• [PROBLEM TO WORK ON]
Go to the line holding "f 101 109 108" in the entries below and write out exactly every line down to and including the line holding "f 87 130 132".

Collected data:
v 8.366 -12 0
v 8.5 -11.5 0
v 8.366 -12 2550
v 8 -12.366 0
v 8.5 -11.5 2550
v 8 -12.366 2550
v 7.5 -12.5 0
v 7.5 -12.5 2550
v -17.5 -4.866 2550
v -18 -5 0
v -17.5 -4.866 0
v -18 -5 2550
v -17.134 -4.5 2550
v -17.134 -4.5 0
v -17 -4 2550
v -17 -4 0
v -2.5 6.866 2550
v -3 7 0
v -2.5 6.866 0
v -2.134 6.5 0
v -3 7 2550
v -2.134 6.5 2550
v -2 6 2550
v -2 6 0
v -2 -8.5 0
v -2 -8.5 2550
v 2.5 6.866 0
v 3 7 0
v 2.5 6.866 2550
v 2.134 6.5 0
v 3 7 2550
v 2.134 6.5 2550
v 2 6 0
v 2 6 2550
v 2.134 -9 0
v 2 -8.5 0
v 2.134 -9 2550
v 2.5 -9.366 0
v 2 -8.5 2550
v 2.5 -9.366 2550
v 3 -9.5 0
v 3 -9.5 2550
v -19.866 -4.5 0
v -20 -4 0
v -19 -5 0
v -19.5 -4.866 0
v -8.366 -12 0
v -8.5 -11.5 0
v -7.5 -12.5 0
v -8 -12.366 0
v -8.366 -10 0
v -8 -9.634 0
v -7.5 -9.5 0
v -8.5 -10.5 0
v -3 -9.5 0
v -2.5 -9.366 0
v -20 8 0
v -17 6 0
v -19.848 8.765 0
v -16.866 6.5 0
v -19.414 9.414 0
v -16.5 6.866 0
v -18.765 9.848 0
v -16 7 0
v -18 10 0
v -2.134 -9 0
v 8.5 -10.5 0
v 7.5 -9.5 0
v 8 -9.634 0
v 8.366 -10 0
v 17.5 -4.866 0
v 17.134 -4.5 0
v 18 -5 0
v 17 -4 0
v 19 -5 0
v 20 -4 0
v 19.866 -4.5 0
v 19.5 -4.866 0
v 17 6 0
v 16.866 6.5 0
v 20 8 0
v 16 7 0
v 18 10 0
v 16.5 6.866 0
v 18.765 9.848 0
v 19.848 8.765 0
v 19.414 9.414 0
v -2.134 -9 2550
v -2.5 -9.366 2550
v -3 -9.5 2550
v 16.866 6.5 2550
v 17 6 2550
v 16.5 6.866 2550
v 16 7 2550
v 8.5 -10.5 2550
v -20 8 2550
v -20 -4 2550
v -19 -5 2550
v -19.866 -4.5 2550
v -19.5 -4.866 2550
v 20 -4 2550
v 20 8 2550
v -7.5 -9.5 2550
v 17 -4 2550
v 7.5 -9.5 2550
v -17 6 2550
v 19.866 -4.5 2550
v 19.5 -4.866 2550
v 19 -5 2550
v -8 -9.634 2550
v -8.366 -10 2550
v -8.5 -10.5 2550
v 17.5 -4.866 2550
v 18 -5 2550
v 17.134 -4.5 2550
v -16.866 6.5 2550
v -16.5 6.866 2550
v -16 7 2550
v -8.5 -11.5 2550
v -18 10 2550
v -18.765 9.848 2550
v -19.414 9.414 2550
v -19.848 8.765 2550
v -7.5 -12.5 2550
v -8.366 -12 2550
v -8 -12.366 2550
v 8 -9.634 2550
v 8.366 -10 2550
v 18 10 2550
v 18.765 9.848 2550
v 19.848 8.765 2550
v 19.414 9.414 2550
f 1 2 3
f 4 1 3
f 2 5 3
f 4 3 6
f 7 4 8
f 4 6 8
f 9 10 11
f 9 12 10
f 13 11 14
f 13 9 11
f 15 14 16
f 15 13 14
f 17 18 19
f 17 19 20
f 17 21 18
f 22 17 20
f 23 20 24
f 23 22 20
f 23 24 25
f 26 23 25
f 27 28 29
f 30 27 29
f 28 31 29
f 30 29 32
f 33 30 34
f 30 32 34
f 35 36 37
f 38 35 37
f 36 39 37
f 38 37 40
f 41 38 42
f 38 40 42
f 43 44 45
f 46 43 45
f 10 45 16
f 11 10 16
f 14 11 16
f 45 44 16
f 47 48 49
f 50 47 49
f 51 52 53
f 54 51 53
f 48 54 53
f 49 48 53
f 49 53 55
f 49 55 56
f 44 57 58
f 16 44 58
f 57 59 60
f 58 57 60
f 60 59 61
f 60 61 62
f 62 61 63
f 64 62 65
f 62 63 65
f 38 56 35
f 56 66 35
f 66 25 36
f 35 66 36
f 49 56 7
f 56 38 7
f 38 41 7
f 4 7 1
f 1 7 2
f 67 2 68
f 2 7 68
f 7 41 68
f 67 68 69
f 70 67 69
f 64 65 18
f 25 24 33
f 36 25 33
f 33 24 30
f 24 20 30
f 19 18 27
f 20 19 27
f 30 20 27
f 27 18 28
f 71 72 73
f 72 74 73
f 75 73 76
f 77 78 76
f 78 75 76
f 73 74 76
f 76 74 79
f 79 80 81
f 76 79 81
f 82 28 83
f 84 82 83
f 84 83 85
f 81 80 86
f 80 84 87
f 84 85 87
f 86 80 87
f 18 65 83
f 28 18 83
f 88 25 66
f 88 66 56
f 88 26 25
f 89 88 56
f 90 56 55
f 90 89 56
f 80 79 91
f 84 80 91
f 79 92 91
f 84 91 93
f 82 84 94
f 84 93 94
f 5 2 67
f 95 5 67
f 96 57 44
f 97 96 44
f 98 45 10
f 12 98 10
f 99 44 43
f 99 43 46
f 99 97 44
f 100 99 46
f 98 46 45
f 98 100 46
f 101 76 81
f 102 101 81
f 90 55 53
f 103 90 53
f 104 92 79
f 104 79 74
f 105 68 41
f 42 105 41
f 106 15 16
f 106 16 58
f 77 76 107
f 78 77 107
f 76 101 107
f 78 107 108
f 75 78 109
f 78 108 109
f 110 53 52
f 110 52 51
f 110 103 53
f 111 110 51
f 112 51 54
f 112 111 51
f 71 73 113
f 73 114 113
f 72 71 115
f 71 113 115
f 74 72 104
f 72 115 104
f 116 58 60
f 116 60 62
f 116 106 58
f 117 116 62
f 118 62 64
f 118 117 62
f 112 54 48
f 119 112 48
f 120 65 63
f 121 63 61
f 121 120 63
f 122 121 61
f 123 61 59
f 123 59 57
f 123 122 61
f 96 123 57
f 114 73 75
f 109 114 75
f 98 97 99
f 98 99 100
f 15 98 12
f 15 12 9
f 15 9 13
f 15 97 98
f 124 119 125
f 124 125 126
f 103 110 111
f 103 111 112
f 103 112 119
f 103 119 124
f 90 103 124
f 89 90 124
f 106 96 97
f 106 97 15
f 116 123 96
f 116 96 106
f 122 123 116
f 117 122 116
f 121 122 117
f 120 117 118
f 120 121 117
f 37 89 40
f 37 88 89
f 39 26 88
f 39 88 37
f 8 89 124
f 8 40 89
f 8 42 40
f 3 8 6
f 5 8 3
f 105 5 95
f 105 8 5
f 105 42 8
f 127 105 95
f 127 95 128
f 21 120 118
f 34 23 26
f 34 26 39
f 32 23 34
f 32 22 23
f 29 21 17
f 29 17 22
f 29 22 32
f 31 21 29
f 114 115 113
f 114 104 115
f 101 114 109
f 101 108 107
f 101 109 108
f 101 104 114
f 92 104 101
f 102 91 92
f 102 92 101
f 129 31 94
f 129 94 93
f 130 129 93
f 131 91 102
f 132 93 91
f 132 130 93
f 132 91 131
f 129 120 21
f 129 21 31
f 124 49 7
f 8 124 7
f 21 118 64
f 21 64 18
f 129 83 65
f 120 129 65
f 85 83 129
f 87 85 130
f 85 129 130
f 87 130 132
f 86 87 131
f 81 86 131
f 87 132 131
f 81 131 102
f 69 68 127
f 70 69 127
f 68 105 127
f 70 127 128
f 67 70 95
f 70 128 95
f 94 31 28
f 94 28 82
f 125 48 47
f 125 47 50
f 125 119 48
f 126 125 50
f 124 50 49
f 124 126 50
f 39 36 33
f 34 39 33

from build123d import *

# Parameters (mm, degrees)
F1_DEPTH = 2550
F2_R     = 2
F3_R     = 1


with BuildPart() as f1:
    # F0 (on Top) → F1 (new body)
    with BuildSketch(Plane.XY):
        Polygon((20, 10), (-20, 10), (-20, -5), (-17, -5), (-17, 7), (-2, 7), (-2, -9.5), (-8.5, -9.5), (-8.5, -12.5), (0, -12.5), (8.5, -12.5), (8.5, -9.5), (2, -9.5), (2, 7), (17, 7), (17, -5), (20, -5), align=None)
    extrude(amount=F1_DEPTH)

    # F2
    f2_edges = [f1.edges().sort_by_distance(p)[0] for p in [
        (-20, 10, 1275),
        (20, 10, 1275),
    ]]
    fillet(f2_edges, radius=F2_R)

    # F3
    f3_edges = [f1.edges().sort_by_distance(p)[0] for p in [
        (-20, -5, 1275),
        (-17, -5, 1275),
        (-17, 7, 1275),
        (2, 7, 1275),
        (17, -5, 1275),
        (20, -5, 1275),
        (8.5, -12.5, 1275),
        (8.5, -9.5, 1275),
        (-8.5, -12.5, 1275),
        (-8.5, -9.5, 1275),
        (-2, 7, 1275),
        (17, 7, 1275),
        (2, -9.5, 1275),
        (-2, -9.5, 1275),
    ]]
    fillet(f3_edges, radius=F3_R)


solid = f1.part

• [FINISHED TASK]
f 101 109 108
f 101 104 114
f 92 104 101
f 102 91 92
f 102 92 101
f 129 31 94
f 129 94 93
f 130 129 93
f 131 91 102
f 132 93 91
f 132 130 93
f 132 91 131
f 129 120 21
f 129 21 31
f 124 49 7
f 8 124 7
f 21 118 64
f 21 64 18
f 129 83 65
f 120 129 65
f 85 83 129
f 87 85 130
f 85 129 130
f 87 130 132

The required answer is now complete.